→ **INSTRUCTIONS TO FOLLOW**
What do the lines from the top of the data through the line with "F11_DEPTH = 2" say? Quote them exactly and include both ends.

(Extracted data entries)
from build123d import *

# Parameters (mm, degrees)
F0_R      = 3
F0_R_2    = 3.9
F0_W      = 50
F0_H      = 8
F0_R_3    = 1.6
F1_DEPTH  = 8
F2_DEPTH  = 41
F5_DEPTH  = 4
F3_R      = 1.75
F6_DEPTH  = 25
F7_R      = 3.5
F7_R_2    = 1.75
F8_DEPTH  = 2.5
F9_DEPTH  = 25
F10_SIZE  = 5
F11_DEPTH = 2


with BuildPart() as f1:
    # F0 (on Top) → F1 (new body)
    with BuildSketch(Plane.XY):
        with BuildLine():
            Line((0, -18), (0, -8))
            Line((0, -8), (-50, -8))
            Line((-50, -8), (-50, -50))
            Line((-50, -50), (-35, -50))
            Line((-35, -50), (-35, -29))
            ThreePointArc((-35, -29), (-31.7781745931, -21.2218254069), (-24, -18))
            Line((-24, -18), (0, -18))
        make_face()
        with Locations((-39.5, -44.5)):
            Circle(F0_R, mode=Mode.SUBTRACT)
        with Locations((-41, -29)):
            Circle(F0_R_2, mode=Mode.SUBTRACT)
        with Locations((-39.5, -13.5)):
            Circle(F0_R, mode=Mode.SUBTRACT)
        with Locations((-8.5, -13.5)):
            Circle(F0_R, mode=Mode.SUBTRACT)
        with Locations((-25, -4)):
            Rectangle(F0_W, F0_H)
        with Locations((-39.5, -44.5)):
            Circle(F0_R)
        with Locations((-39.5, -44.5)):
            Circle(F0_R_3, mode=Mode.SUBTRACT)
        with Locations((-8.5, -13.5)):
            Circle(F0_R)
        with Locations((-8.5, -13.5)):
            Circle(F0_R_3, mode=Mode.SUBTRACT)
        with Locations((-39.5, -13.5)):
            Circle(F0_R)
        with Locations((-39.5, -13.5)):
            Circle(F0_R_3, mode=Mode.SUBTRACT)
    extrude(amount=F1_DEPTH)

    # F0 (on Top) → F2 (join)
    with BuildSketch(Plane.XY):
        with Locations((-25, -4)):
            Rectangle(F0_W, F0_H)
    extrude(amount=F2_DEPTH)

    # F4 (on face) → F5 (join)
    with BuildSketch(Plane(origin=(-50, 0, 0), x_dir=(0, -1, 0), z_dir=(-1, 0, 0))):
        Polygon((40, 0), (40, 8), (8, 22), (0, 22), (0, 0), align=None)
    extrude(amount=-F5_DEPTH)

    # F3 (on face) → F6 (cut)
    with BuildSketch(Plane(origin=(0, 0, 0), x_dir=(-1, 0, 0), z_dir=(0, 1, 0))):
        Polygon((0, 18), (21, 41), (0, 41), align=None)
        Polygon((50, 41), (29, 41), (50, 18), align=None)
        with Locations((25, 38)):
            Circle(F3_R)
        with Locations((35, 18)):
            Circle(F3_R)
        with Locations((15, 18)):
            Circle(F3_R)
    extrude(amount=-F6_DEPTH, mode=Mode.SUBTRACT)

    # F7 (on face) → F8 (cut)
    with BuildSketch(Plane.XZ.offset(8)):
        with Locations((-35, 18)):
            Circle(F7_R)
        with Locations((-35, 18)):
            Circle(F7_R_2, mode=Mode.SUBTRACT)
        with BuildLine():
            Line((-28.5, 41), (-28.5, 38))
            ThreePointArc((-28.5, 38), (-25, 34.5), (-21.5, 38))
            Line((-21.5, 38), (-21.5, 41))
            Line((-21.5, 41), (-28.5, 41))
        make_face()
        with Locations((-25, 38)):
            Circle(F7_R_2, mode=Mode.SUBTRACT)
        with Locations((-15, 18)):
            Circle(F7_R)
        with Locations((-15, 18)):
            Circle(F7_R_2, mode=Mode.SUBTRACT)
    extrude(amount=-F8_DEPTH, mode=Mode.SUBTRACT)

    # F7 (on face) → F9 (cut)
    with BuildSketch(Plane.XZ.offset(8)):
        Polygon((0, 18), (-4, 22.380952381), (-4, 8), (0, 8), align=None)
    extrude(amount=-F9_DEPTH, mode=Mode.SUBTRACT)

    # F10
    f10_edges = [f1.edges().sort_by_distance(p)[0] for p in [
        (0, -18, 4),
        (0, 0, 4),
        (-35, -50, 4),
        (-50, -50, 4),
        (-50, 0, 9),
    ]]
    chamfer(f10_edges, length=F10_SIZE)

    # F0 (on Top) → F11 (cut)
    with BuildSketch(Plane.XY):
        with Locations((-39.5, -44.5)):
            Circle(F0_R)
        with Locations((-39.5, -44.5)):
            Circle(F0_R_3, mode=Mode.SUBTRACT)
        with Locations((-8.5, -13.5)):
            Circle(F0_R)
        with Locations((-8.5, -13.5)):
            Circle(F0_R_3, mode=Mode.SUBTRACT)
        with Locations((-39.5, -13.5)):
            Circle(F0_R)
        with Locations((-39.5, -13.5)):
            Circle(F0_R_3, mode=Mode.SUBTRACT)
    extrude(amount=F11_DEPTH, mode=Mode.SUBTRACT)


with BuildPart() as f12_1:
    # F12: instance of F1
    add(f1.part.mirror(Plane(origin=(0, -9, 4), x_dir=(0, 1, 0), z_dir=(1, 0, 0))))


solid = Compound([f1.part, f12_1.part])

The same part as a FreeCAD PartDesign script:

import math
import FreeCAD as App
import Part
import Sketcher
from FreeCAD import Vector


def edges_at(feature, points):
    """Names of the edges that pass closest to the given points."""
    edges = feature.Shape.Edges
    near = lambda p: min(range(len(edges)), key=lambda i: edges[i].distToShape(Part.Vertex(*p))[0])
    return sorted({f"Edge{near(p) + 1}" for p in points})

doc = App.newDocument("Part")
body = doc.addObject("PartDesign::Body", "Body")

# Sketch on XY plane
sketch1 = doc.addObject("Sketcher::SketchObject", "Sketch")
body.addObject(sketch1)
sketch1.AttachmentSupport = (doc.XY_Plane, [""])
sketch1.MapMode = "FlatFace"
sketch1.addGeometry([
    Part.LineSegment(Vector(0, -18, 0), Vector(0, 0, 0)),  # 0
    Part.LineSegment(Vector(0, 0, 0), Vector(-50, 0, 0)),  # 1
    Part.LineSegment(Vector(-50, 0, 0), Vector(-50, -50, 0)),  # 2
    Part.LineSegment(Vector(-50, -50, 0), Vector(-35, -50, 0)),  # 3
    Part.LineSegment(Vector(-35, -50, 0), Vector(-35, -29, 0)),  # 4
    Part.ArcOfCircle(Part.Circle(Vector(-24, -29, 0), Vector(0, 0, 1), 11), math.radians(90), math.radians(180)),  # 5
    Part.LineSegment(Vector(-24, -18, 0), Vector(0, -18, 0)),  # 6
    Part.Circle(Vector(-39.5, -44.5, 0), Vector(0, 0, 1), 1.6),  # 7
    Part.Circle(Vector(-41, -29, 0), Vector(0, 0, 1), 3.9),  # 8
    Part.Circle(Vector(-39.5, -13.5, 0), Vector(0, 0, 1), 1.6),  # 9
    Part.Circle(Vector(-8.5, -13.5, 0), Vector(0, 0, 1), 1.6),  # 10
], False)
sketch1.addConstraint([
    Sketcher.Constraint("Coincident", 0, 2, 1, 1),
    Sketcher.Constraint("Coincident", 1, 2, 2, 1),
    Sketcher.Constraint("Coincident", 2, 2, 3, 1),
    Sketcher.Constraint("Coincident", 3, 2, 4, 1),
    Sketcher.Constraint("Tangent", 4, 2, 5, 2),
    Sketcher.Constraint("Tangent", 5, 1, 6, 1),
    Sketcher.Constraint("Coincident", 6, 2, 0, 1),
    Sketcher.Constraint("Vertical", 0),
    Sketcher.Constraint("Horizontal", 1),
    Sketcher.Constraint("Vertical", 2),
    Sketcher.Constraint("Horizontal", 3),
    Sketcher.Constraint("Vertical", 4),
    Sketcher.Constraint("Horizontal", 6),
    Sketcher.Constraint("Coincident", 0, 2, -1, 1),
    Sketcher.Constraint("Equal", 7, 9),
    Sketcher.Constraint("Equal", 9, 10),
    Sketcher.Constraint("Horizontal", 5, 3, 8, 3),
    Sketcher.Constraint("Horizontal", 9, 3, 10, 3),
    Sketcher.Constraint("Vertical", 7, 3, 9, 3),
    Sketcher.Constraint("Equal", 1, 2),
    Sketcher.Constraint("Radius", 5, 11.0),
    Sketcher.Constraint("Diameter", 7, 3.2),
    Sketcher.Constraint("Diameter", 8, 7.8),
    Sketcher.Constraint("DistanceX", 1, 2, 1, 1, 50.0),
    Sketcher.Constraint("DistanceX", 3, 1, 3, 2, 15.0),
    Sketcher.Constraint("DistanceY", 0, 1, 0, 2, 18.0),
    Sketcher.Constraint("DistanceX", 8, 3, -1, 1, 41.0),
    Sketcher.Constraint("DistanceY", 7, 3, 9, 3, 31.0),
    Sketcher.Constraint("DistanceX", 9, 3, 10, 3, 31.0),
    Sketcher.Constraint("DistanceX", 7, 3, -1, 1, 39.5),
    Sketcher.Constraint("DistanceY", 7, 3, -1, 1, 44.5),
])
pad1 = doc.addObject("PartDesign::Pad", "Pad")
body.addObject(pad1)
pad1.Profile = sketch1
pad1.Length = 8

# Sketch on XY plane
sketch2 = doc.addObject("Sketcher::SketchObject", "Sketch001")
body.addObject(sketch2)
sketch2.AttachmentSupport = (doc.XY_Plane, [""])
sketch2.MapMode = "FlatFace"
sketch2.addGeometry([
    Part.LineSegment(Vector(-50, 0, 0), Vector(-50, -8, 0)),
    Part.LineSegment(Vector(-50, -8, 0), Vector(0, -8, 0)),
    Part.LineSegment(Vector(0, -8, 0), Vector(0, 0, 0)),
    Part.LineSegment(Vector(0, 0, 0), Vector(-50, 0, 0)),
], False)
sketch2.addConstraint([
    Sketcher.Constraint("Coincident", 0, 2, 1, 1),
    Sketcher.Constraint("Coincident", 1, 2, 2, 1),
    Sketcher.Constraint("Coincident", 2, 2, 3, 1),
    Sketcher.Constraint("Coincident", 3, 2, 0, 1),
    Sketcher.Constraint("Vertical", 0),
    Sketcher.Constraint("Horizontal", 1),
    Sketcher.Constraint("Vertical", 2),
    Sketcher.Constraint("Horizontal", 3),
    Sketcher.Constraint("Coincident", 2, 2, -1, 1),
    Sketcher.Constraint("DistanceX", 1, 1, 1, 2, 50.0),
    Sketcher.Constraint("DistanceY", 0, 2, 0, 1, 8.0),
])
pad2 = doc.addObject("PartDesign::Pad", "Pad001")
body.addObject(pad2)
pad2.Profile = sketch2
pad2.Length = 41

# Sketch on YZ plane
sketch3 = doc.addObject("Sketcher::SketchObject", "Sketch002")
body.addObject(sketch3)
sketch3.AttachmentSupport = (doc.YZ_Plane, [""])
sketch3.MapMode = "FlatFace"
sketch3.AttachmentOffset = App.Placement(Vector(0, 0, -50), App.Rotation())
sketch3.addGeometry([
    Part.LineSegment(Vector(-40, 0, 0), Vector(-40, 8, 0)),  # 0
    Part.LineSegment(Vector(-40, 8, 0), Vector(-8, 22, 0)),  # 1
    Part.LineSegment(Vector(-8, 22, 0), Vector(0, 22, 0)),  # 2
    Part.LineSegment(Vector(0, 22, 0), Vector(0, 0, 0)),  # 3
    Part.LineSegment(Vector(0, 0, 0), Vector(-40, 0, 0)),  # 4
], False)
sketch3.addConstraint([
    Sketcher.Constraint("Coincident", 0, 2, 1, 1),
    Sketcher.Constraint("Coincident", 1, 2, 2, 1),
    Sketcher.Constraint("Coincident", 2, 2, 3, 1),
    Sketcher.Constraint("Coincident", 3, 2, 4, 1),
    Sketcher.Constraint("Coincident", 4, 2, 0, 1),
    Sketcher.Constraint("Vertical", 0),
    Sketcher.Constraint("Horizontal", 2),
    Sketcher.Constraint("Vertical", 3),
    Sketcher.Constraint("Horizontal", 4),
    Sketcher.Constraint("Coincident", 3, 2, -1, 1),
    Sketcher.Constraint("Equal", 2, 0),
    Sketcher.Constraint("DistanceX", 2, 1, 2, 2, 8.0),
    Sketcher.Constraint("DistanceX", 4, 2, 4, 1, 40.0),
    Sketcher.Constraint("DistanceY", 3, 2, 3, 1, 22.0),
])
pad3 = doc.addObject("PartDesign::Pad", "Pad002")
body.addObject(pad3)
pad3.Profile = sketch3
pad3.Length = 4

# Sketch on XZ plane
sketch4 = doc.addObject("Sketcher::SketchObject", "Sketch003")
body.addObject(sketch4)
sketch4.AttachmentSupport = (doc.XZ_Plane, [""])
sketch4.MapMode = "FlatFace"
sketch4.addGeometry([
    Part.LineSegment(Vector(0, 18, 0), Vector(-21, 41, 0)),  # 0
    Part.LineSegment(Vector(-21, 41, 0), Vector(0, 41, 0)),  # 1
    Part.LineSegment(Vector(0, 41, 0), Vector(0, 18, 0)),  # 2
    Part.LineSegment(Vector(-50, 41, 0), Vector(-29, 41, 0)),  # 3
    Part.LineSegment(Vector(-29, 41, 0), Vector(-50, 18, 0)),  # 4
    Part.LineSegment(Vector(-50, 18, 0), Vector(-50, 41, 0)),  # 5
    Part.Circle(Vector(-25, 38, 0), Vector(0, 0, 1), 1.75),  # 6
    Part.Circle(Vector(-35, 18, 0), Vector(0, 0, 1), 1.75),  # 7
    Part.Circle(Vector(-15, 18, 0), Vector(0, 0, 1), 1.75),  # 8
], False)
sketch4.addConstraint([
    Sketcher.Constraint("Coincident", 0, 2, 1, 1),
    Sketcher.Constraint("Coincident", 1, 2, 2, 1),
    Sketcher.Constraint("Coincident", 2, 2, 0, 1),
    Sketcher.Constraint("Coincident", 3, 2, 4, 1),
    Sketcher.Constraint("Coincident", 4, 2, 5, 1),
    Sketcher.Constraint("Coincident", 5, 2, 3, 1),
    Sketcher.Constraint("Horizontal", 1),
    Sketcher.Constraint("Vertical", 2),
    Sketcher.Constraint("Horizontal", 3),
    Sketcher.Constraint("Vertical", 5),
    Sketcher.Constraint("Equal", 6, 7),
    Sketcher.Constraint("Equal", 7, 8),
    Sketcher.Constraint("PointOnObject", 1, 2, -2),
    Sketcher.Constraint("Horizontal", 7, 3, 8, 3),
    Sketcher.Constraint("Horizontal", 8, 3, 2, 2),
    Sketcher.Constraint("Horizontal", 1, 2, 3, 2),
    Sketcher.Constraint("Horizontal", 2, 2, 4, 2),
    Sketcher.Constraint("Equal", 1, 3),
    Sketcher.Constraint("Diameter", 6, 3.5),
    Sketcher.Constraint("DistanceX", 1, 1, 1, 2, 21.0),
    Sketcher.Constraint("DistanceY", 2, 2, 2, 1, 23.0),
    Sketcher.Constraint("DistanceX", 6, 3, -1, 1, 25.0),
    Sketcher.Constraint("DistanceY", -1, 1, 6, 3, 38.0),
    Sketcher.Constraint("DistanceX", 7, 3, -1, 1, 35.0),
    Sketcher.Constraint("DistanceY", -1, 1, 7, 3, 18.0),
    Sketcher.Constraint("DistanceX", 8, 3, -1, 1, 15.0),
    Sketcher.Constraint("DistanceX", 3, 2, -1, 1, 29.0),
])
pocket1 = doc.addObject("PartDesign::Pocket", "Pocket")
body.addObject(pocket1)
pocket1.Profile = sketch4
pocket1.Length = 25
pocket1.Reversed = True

→ **TASK RESPONSE**
from build123d import *

# Parameters (mm, degrees)
F0_R      = 3
F0_R_2    = 3.9
F0_W      = 50
F0_H      = 8
F0_R_3    = 1.6
F1_DEPTH  = 8
F2_DEPTH  = 41
F5_DEPTH  = 4
F3_R      = 1.75
F6_DEPTH  = 25
F7_R      = 3.5
F7_R_2    = 1.75
F8_DEPTH  = 2.5
F9_DEPTH  = 25
F10_SIZE  = 5
F11_DEPTH = 2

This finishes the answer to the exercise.